### [Task goal]
Beginning with the opening line, restate the following material exactly, up through the line that contains "f 158 142 143".

### [Information shown]
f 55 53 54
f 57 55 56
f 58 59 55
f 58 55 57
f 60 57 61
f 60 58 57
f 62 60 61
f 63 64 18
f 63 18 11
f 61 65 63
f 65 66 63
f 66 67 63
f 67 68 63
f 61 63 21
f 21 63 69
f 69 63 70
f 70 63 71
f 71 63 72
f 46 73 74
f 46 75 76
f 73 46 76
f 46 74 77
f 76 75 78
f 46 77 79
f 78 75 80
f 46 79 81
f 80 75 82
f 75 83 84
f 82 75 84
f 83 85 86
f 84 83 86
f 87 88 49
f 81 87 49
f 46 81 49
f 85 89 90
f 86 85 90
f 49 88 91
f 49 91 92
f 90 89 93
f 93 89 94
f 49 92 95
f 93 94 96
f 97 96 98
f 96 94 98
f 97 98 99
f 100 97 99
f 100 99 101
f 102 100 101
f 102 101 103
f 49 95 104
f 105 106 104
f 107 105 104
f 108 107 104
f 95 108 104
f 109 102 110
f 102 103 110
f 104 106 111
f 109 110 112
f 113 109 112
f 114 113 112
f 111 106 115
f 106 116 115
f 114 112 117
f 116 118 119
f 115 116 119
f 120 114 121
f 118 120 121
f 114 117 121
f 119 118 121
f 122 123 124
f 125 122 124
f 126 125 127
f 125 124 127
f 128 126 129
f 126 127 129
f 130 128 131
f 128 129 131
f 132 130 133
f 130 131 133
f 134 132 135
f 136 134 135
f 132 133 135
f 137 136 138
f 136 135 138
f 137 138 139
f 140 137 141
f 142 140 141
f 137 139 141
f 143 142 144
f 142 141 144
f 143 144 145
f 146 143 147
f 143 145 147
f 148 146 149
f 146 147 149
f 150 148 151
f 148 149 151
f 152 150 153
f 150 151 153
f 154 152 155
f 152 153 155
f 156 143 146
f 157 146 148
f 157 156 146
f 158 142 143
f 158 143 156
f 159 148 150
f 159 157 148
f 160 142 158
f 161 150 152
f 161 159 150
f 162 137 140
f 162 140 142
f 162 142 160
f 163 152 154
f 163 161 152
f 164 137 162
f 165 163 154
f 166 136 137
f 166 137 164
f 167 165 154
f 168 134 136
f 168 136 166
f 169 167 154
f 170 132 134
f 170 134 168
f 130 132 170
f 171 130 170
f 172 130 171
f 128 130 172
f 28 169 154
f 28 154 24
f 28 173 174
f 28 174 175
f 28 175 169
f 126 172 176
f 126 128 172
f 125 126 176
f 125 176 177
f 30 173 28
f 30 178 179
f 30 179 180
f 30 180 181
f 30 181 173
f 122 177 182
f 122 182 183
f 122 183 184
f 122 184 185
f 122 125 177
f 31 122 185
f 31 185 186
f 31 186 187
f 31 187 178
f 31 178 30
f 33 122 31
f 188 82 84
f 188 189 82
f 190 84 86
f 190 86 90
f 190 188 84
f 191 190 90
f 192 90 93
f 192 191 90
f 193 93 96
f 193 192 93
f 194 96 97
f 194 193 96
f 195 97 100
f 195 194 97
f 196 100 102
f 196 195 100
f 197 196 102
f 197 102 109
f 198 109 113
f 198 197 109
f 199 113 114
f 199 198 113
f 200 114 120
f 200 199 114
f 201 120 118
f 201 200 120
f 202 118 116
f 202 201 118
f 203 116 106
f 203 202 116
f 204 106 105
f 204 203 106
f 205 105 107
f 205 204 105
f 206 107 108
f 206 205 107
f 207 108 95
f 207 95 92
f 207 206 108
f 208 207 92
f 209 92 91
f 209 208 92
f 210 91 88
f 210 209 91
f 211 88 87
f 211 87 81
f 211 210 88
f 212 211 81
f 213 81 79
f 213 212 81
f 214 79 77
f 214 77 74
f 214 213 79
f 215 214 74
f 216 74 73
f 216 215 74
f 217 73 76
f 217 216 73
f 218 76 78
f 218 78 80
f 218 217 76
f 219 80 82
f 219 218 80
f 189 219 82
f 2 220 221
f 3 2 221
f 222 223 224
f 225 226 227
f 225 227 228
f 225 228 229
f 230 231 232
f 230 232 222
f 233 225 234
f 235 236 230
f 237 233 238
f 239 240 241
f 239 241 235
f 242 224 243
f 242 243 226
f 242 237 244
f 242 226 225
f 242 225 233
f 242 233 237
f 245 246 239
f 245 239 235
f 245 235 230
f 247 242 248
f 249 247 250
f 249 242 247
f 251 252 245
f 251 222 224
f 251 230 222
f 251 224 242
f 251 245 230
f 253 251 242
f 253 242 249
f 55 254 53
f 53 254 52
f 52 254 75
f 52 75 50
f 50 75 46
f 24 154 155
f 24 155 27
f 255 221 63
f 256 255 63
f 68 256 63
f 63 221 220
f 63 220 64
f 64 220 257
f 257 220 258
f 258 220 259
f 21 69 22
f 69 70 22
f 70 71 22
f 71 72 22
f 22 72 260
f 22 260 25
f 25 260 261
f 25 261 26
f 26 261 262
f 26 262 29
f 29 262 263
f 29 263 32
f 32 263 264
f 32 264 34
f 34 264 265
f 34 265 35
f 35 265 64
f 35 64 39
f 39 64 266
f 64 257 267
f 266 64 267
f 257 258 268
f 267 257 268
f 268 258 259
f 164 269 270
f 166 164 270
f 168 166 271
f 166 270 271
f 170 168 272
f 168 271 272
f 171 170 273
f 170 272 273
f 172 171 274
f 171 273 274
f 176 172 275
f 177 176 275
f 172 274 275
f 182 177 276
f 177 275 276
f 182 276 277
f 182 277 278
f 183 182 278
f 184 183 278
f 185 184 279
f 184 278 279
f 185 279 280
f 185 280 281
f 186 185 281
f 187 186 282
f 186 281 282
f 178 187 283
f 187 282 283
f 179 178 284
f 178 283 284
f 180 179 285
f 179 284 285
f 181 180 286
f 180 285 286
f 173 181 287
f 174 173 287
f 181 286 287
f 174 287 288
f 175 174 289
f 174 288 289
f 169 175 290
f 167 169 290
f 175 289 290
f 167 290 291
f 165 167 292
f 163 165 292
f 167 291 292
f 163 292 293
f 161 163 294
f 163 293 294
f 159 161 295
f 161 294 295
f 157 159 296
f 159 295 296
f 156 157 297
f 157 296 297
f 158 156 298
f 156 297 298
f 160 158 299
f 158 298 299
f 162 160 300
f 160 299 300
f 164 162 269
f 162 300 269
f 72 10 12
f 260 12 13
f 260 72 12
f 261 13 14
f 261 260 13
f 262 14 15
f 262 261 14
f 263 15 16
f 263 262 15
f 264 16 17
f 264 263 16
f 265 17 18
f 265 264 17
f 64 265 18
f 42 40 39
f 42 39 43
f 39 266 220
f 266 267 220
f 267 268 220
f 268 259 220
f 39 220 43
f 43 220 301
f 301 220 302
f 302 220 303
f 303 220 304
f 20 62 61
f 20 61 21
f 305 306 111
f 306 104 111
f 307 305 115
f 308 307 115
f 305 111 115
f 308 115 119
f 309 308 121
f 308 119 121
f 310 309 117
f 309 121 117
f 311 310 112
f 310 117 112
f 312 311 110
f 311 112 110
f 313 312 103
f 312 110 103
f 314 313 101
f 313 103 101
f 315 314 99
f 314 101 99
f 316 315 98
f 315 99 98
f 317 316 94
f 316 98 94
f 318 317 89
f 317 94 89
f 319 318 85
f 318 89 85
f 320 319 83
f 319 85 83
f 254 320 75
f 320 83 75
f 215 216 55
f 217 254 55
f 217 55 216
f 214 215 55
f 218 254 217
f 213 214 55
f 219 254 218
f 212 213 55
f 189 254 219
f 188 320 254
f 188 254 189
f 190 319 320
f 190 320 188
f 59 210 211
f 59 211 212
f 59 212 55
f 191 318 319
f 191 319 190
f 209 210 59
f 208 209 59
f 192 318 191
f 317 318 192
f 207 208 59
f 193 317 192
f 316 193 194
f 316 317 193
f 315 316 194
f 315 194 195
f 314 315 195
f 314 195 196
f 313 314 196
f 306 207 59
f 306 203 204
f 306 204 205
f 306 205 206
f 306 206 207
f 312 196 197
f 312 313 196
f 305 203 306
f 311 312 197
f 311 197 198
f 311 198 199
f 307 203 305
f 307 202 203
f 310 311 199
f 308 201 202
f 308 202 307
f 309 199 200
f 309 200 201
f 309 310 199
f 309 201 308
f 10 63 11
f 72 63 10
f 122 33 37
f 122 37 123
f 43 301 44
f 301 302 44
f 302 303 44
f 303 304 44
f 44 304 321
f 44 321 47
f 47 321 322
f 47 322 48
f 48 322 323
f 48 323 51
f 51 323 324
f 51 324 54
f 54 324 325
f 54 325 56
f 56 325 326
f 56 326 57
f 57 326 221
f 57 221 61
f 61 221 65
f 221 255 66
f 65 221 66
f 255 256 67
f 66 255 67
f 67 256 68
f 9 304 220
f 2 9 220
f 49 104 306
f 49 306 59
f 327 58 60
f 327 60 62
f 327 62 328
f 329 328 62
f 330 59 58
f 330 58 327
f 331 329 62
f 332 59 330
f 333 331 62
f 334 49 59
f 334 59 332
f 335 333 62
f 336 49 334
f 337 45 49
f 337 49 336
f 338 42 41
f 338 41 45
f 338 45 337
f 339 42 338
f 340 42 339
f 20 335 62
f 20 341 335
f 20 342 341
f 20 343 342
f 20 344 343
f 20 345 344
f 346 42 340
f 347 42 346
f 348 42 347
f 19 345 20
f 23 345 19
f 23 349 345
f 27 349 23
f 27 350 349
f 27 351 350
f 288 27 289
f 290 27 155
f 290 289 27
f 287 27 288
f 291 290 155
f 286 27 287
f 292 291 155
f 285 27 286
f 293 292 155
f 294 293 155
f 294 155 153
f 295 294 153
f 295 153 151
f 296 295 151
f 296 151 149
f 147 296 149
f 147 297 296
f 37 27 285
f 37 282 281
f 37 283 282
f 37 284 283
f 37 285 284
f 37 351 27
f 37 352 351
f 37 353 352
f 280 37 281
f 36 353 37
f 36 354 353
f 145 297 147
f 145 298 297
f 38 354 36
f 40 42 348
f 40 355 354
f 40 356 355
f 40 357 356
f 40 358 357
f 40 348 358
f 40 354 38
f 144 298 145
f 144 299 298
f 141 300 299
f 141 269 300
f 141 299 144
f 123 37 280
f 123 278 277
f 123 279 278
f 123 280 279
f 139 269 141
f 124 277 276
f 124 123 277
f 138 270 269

### [Exercise solution]
f 55 53 54
f 57 55 56
f 58 59 55
f 58 55 57
f 60 57 61
f 60 58 57
f 62 60 61
f 63 64 18
f 63 18 11
f 61 65 63
f 65 66 63
f 66 67 63
f 67 68 63
f 61 63 21
f 21 63 69
f 69 63 70
f 70 63 71
f 71 63 72
f 46 73 74
f 46 75 76
f 73 46 76
f 46 74 77
f 76 75 78
f 46 77 79
f 78 75 80
f 46 79 81
f 80 75 82
f 75 83 84
f 82 75 84
f 83 85 86
f 84 83 86
f 87 88 49
f 81 87 49
f 46 81 49
f 85 89 90
f 86 85 90
f 49 88 91
f 49 91 92
f 90 89 93
f 93 89 94
f 49 92 95
f 93 94 96
f 97 96 98
f 96 94 98
f 97 98 99
f 100 97 99
f 100 99 101
f 102 100 101
f 102 101 103
f 49 95 104
f 105 106 104
f 107 105 104
f 108 107 104
f 95 108 104
f 109 102 110
f 102 103 110
f 104 106 111
f 109 110 112
f 113 109 112
f 114 113 112
f 111 106 115
f 106 116 115
f 114 112 117
f 116 118 119
f 115 116 119
f 120 114 121
f 118 120 121
f 114 117 121
f 119 118 121
f 122 123 124
f 125 122 124
f 126 125 127
f 125 124 127
f 128 126 129
f 126 127 129
f 130 128 131
f 128 129 131
f 132 130 133
f 130 131 133
f 134 132 135
f 136 134 135
f 132 133 135
f 137 136 138
f 136 135 138
f 137 138 139
f 140 137 141
f 142 140 141
f 137 139 141
f 143 142 144
f 142 141 144
f 143 144 145
f 146 143 147
f 143 145 147
f 148 146 149
f 146 147 149
f 150 148 151
f 148 149 151
f 152 150 153
f 150 151 153
f 154 152 155
f 152 153 155
f 156 143 146
f 157 146 148
f 157 156 146
f 158 142 143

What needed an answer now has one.